__ASSIGNMENT__.
Every line below between the line holding "v2 (-6.6876,-6.2569,-14.5)" and the line holding "e17 v16 v18 LINE", inclusive, should be repeated exactly, and all other lines omitted.

------ INFORMATION PROVIDED

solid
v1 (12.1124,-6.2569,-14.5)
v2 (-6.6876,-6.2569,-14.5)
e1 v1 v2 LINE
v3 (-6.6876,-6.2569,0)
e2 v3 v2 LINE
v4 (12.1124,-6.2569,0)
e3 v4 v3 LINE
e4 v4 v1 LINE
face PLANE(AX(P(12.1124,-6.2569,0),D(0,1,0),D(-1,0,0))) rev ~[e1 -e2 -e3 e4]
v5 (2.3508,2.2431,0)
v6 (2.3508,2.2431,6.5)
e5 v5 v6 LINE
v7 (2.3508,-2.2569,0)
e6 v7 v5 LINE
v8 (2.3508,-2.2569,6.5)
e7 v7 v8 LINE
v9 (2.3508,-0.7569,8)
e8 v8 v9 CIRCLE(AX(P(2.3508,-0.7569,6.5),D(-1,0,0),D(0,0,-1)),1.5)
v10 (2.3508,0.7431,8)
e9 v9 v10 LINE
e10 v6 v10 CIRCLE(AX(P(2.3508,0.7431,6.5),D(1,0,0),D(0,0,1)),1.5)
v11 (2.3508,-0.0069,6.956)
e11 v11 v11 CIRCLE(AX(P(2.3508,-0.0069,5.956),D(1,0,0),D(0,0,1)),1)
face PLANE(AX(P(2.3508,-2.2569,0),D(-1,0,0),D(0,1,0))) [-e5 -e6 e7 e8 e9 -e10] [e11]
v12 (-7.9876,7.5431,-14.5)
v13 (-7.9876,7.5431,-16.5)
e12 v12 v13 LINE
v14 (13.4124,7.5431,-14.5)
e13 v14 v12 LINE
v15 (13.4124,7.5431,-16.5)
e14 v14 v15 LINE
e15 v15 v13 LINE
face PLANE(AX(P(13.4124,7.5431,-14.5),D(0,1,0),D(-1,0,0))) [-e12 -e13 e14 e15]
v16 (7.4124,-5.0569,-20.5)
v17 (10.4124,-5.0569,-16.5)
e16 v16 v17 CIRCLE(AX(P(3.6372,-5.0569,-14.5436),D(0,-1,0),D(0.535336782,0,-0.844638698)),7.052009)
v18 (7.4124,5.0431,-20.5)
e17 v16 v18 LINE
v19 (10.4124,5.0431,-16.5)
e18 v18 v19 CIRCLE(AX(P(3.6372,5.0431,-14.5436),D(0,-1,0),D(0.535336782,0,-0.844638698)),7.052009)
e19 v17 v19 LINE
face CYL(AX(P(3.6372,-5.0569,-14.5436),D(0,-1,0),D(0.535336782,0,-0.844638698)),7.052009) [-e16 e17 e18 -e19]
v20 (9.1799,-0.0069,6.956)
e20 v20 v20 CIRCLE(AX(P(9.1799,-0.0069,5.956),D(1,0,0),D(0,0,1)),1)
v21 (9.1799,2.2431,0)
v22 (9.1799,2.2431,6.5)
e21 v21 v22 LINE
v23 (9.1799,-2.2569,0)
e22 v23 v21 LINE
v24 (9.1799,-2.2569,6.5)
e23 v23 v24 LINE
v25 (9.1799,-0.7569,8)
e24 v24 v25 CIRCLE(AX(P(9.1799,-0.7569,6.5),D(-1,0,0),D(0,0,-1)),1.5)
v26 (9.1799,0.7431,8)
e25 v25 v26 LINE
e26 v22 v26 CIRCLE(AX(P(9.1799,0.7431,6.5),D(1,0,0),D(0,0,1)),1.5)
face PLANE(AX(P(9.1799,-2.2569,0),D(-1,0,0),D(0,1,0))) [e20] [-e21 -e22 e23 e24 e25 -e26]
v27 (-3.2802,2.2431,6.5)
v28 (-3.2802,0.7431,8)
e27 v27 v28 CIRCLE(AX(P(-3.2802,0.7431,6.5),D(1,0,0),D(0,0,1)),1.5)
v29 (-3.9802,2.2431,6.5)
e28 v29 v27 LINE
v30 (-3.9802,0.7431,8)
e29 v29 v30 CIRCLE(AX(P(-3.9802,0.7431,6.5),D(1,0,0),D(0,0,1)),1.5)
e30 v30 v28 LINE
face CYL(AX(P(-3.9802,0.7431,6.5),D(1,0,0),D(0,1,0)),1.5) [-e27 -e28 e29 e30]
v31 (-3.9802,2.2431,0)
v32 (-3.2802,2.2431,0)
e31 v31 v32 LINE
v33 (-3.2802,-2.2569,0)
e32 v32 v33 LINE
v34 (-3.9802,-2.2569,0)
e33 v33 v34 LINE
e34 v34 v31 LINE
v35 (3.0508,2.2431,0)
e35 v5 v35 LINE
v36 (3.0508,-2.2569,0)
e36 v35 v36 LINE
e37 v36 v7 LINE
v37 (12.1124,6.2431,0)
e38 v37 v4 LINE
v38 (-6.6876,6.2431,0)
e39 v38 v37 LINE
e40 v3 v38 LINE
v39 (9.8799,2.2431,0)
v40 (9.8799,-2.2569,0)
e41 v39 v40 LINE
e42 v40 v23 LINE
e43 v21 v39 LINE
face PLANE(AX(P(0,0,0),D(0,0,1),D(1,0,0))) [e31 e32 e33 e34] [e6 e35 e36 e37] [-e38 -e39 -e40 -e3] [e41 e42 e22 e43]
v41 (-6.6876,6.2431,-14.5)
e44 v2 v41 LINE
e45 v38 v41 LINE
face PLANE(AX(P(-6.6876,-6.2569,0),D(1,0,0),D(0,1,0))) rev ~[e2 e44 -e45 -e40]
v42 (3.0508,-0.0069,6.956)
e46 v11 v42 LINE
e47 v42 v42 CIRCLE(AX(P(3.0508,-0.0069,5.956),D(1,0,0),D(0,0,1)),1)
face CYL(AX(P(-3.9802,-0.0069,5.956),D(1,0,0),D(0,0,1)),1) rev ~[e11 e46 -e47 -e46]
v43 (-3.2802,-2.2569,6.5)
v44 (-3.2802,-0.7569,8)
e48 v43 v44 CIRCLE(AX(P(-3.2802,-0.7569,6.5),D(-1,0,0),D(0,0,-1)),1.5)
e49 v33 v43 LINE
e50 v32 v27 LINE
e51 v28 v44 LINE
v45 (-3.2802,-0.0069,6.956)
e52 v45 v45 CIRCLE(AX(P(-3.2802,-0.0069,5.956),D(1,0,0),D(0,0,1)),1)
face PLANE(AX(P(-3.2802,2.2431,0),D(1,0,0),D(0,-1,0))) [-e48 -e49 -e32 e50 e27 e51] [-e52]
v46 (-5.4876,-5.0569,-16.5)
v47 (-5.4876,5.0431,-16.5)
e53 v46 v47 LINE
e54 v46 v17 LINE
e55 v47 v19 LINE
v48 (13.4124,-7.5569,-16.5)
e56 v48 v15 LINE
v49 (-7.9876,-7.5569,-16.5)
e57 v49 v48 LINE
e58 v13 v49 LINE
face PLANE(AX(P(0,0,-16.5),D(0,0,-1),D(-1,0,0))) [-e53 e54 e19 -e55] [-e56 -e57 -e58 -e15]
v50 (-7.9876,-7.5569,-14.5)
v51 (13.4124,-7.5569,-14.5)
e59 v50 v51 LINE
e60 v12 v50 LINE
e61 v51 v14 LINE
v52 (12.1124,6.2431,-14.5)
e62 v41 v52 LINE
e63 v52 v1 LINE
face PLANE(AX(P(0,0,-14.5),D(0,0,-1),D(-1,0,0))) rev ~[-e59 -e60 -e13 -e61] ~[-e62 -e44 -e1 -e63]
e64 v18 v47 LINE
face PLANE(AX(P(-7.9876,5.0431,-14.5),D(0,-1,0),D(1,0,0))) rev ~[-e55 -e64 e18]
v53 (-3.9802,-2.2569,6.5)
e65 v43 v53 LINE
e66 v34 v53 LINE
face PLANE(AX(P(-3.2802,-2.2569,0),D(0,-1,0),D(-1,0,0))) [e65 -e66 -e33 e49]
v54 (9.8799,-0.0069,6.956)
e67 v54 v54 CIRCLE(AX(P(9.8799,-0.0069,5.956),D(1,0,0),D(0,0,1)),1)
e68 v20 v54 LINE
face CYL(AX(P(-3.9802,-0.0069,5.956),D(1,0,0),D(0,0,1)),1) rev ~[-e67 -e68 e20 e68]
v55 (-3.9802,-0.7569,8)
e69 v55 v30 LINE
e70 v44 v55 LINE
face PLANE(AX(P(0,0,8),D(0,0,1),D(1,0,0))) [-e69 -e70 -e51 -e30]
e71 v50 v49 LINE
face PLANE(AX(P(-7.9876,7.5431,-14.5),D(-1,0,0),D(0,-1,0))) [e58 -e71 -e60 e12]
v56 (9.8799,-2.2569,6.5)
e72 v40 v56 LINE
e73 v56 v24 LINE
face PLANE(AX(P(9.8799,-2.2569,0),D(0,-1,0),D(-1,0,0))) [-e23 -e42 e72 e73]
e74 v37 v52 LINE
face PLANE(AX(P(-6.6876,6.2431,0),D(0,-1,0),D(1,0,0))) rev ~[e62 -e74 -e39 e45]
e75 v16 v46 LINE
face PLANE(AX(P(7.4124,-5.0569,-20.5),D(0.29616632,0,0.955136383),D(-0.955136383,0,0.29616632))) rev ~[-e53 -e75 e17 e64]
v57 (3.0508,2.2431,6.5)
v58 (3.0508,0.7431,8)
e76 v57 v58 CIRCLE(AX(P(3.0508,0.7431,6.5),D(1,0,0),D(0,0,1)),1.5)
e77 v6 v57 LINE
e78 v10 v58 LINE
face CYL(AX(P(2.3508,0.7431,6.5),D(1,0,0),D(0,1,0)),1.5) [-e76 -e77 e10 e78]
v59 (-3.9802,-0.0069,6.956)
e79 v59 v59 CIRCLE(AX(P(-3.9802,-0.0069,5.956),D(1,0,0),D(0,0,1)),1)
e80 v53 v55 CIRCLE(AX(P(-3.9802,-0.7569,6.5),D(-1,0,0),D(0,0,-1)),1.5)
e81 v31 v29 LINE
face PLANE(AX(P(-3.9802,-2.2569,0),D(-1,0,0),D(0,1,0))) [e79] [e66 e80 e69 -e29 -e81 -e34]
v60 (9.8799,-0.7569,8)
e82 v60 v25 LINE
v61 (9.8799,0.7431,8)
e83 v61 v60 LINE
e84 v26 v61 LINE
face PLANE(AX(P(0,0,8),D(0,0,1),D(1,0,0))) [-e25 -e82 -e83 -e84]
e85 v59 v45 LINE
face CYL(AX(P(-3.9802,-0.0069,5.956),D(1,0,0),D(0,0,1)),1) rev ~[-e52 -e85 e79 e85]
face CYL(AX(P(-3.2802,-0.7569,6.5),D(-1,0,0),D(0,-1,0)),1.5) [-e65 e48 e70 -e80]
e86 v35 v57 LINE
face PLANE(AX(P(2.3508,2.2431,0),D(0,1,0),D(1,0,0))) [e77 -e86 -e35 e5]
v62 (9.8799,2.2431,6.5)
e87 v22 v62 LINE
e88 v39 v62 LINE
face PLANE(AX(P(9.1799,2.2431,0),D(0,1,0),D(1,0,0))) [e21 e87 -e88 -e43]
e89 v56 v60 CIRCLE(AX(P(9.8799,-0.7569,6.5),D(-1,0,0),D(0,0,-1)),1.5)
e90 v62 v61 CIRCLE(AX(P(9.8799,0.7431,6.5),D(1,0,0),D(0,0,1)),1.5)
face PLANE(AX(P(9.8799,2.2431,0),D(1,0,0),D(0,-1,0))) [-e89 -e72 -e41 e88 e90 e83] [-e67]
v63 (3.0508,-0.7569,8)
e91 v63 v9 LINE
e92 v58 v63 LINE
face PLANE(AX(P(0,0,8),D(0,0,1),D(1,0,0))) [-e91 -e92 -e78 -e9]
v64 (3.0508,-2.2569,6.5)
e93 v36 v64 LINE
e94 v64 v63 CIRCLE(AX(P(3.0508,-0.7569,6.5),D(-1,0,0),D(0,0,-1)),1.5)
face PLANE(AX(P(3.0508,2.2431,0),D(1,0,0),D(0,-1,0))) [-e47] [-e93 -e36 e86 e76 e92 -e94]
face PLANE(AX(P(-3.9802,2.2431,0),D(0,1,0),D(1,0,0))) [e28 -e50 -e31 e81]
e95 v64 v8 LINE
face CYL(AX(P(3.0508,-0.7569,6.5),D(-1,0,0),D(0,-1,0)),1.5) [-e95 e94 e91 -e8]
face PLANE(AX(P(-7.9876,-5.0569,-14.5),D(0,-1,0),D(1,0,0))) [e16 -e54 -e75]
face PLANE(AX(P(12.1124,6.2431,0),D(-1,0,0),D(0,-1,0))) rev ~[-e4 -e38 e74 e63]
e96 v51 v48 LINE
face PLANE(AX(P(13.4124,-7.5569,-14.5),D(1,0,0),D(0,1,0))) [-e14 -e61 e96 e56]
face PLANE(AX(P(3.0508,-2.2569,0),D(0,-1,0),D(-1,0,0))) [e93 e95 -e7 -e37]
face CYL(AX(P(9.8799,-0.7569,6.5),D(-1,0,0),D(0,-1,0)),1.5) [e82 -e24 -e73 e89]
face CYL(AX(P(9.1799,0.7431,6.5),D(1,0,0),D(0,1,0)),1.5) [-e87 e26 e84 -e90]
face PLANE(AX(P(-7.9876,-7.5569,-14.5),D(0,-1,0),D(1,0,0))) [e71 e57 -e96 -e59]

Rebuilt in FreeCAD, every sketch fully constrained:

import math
import FreeCAD as App
import Part
import Sketcher
from FreeCAD import Vector
Q = App.Units.Quantity


def edges_at(feature, points):
    """Names of the edges that pass closest to the given points."""
    edges = feature.Shape.Edges
    near = lambda p: min(range(len(edges)), key=lambda i: edges[i].distToShape(Part.Vertex(*p))[0])
    return sorted({f"Edge{near(p) + 1}" for p in points})

doc = App.newDocument("Part")
body = doc.addObject("PartDesign::Body", "Body")

sketch1 = body.newObject("Sketcher::SketchObject", "Sketch")
sketch1.AttachmentSupport = (doc.getObject("XY_Plane"), [""])
sketch1.MapMode = "FlatFace"
sketch1.addGeometry([
    Part.LineSegment(Vector(12, 6, 0), Vector(-7, 6, 0)),
    Part.LineSegment(Vector(-7, 6, 0), Vector(-7, -6, 0)),
    Part.LineSegment(Vector(-7, -6, 0), Vector(12, -6, 0)),
    Part.LineSegment(Vector(12, -6, 0), Vector(12, 6, 0)),
], False)
sketch1.addConstraint([
    Sketcher.Constraint("Coincident", 0, 2, 1, 1),
    Sketcher.Constraint("Coincident", 1, 2, 2, 1),
    Sketcher.Constraint("Coincident", 2, 2, 3, 1),
    Sketcher.Constraint("Coincident", 3, 2, 0, 1),
    Sketcher.Constraint("Horizontal", 0),
    Sketcher.Constraint("Vertical", 1),
    Sketcher.Constraint("Horizontal", 2),
    Sketcher.Constraint("Vertical", 3),
    Sketcher.Constraint("DistanceX", 0, 2, 0, 1, Q("18.8 mm")),
    Sketcher.Constraint("DistanceY", 1, 2, 1, 1, Q("12.5 mm")),
    Sketcher.Constraint("DistanceY", -1, 1, 0, 2, Q("6.243 mm")),
    Sketcher.Constraint("DistanceX", 0, 2, -1, 1, Q("6.6876 mm")),
])
pad1 = body.newObject("PartDesign::Pad", "Pad")
pad1.Profile = sketch1
pad1.Length = 14.5
pad1.Reversed = True

sketch2 = body.newObject("Sketcher::SketchObject", "Sketch001")
sketch2.AttachmentSupport = (doc.getObject("XY_Plane"), [""])
sketch2.MapMode = "FlatFace"
sketch2.addGeometry([
    Part.LineSegment(Vector(-3.3, 2.2, 0), Vector(-4, 2.2, 0)),
    Part.LineSegment(Vector(-4, 2.2, 0), Vector(-4, -2.3, 0)),
    Part.LineSegment(Vector(-4, -2.3, 0), Vector(-3.3, -2.3, 0)),
    Part.LineSegment(Vector(-3.3, -2.3, 0), Vector(-3.3, 2.2, 0)),
    Part.LineSegment(Vector(3.1, 2.2, 0), Vector(2.4, 2.2, 0)),
    Part.LineSegment(Vector(2.4, 2.2, 0), Vector(2.4, -2.3, 0)),
    Part.LineSegment(Vector(2.4, -2.3, 0), Vector(3.1, -2.3, 0)),
    Part.LineSegment(Vector(3.1, -2.3, 0), Vector(3.1, 2.2, 0)),
    Part.LineSegment(Vector(9.9, 2.2, 0), Vector(9.2, 2.2, 0)),
    Part.LineSegment(Vector(9.2, 2.2, 0), Vector(9.2, -2.3, 0)),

------------

__OUTPUT BELOW__.
v2 (-6.6876,-6.2569,-14.5)
e1 v1 v2 LINE
v3 (-6.6876,-6.2569,0)
e2 v3 v2 LINE
v4 (12.1124,-6.2569,0)
e3 v4 v3 LINE
e4 v4 v1 LINE
face PLANE(AX(P(12.1124,-6.2569,0),D(0,1,0),D(-1,0,0))) rev ~[e1 -e2 -e3 e4]
v5 (2.3508,2.2431,0)
v6 (2.3508,2.2431,6.5)
e5 v5 v6 LINE
v7 (2.3508,-2.2569,0)
e6 v7 v5 LINE
v8 (2.3508,-2.2569,6.5)
e7 v7 v8 LINE
v9 (2.3508,-0.7569,8)
e8 v8 v9 CIRCLE(AX(P(2.3508,-0.7569,6.5),D(-1,0,0),D(0,0,-1)),1.5)
v10 (2.3508,0.7431,8)
e9 v9 v10 LINE
e10 v6 v10 CIRCLE(AX(P(2.3508,0.7431,6.5),D(1,0,0),D(0,0,1)),1.5)
v11 (2.3508,-0.0069,6.956)
e11 v11 v11 CIRCLE(AX(P(2.3508,-0.0069,5.956),D(1,0,0),D(0,0,1)),1)
face PLANE(AX(P(2.3508,-2.2569,0),D(-1,0,0),D(0,1,0))) [-e5 -e6 e7 e8 e9 -e10] [e11]
v12 (-7.9876,7.5431,-14.5)
v13 (-7.9876,7.5431,-16.5)
e12 v12 v13 LINE
v14 (13.4124,7.5431,-14.5)
e13 v14 v12 LINE
v15 (13.4124,7.5431,-16.5)
e14 v14 v15 LINE
e15 v15 v13 LINE
face PLANE(AX(P(13.4124,7.5431,-14.5),D(0,1,0),D(-1,0,0))) [-e12 -e13 e14 e15]
v16 (7.4124,-5.0569,-20.5)
v17 (10.4124,-5.0569,-16.5)
e16 v16 v17 CIRCLE(AX(P(3.6372,-5.0569,-14.5436),D(0,-1,0),D(0.535336782,0,-0.844638698)),7.052009)
v18 (7.4124,5.0431,-20.5)
e17 v16 v18 LINE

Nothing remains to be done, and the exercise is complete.